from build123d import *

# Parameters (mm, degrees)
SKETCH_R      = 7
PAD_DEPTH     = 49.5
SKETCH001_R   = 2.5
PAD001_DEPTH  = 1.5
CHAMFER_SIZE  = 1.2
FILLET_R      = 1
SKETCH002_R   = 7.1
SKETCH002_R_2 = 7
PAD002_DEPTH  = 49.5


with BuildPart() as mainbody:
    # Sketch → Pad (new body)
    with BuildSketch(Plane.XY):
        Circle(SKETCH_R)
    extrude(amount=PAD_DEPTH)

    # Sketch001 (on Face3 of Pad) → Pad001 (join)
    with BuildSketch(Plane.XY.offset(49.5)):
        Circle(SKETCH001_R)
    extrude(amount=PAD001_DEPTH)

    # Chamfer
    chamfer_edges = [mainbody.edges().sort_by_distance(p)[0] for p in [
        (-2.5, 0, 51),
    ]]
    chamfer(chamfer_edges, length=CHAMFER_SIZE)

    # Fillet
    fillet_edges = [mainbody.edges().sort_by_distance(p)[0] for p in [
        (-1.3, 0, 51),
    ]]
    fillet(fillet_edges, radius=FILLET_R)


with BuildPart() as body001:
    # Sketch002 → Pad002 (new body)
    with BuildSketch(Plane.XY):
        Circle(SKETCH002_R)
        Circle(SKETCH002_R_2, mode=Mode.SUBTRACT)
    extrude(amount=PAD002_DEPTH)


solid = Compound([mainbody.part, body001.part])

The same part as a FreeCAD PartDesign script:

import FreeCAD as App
import Part
import Sketcher
from FreeCAD import Vector
Q = App.Units.Quantity


def edges_at(feature, points):
    """Names of the edges that pass closest to the given points."""
    edges = feature.Shape.Edges
    near = lambda p: min(range(len(edges)), key=lambda i: edges[i].distToShape(Part.Vertex(*p))[0])
    return sorted({f"Edge{near(p) + 1}" for p in points})

doc = App.newDocument("Part")
body = doc.addObject("PartDesign::Body", "Body")

# Sketch on XY plane
sketch1 = body.newObject("Sketcher::SketchObject", "Sketch")
sketch1.AttachmentSupport = (doc.getObject("XY_Plane"), [""])
sketch1.MapMode = "FlatFace"
sketch1.addGeometry(Part.Circle(Vector(0, 0, 0), Vector(0, 0, 1), 7), False)
sketch1.addConstraint(Sketcher.Constraint("Coincident", 0, 3, -1, 1))
sketch1.addConstraint(Sketcher.Constraint("Diameter", 0, Q("14 mm")))
pad1 = body.newObject("PartDesign::Pad", "Pad")
pad1.Profile = sketch1
pad1.Length = 49.5

# Sketch on XY plane
sketch2 = body.newObject("Sketcher::SketchObject", "Sketch001")
sketch2.AttachmentSupport = (doc.getObject("XY_Plane"), [""])
sketch2.MapMode = "FlatFace"
sketch2.AttachmentOffset = App.Placement(Vector(0, 0, 49.5), App.Rotation())
sketch2.addGeometry(Part.Circle(Vector(0, 0, 0), Vector(0, 0, 1), 2.5), False)
sketch2.addConstraint(Sketcher.Constraint("Coincident", 0, 3, -1, 1))
sketch2.addConstraint(Sketcher.Constraint("Diameter", 0, Q("5 mm")))
pad2 = body.newObject("PartDesign::Pad", "Pad001")
pad2.Profile = sketch2
pad2.Length = 1.5
doc.recompute()

chamfer = body.newObject("PartDesign::Chamfer", "Chamfer")
chamfer.Base = (pad2, edges_at(pad2, [(-2.5, 0, 51)]))
chamfer.Size = 1.2
doc.recompute()

fillet = body.newObject("PartDesign::Fillet", "Fillet")
fillet.Base = (chamfer, edges_at(chamfer, [(-1.3, 0, 51)]))
fillet.Radius = 1
body2 = doc.addObject("PartDesign::Body", "Body001")

# Sketch on XY plane
sketch3 = body2.newObject("Sketcher::SketchObject", "Sketch002")
sketch3.AttachmentSupport = (doc.getObject("XY_Plane001"), [""])
sketch3.MapMode = "FlatFace"
sketch3.addGeometry(Part.Circle(Vector(0, 0, 0), Vector(0, 0, 1), 7), False)
sketch3.addGeometry(Part.Circle(Vector(0, 0, 0), Vector(0, 0, 1), 7), False)
sketch3.addConstraint(Sketcher.Constraint("Coincident", 0, 3, -1, 1))
sketch3.addConstraint(Sketcher.Constraint("Coincident", 1, 3, -1, 1))
sketch3.addConstraint(Sketcher.Constraint("Diameter", 1, Q("14 mm")))
sketch3.addConstraint(Sketcher.Constraint("Diameter", 0, Q("14.2 mm")))
pad3 = body2.newObject("PartDesign::Pad", "Pad002")
pad3.Profile = sketch3
pad3.Length = 49.5

doc.recompute()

----------------------------------------

**What this task involves:** In the entries above, how many lines hold the word "BuildPart"? Answer with the number only.

**Response box:** 2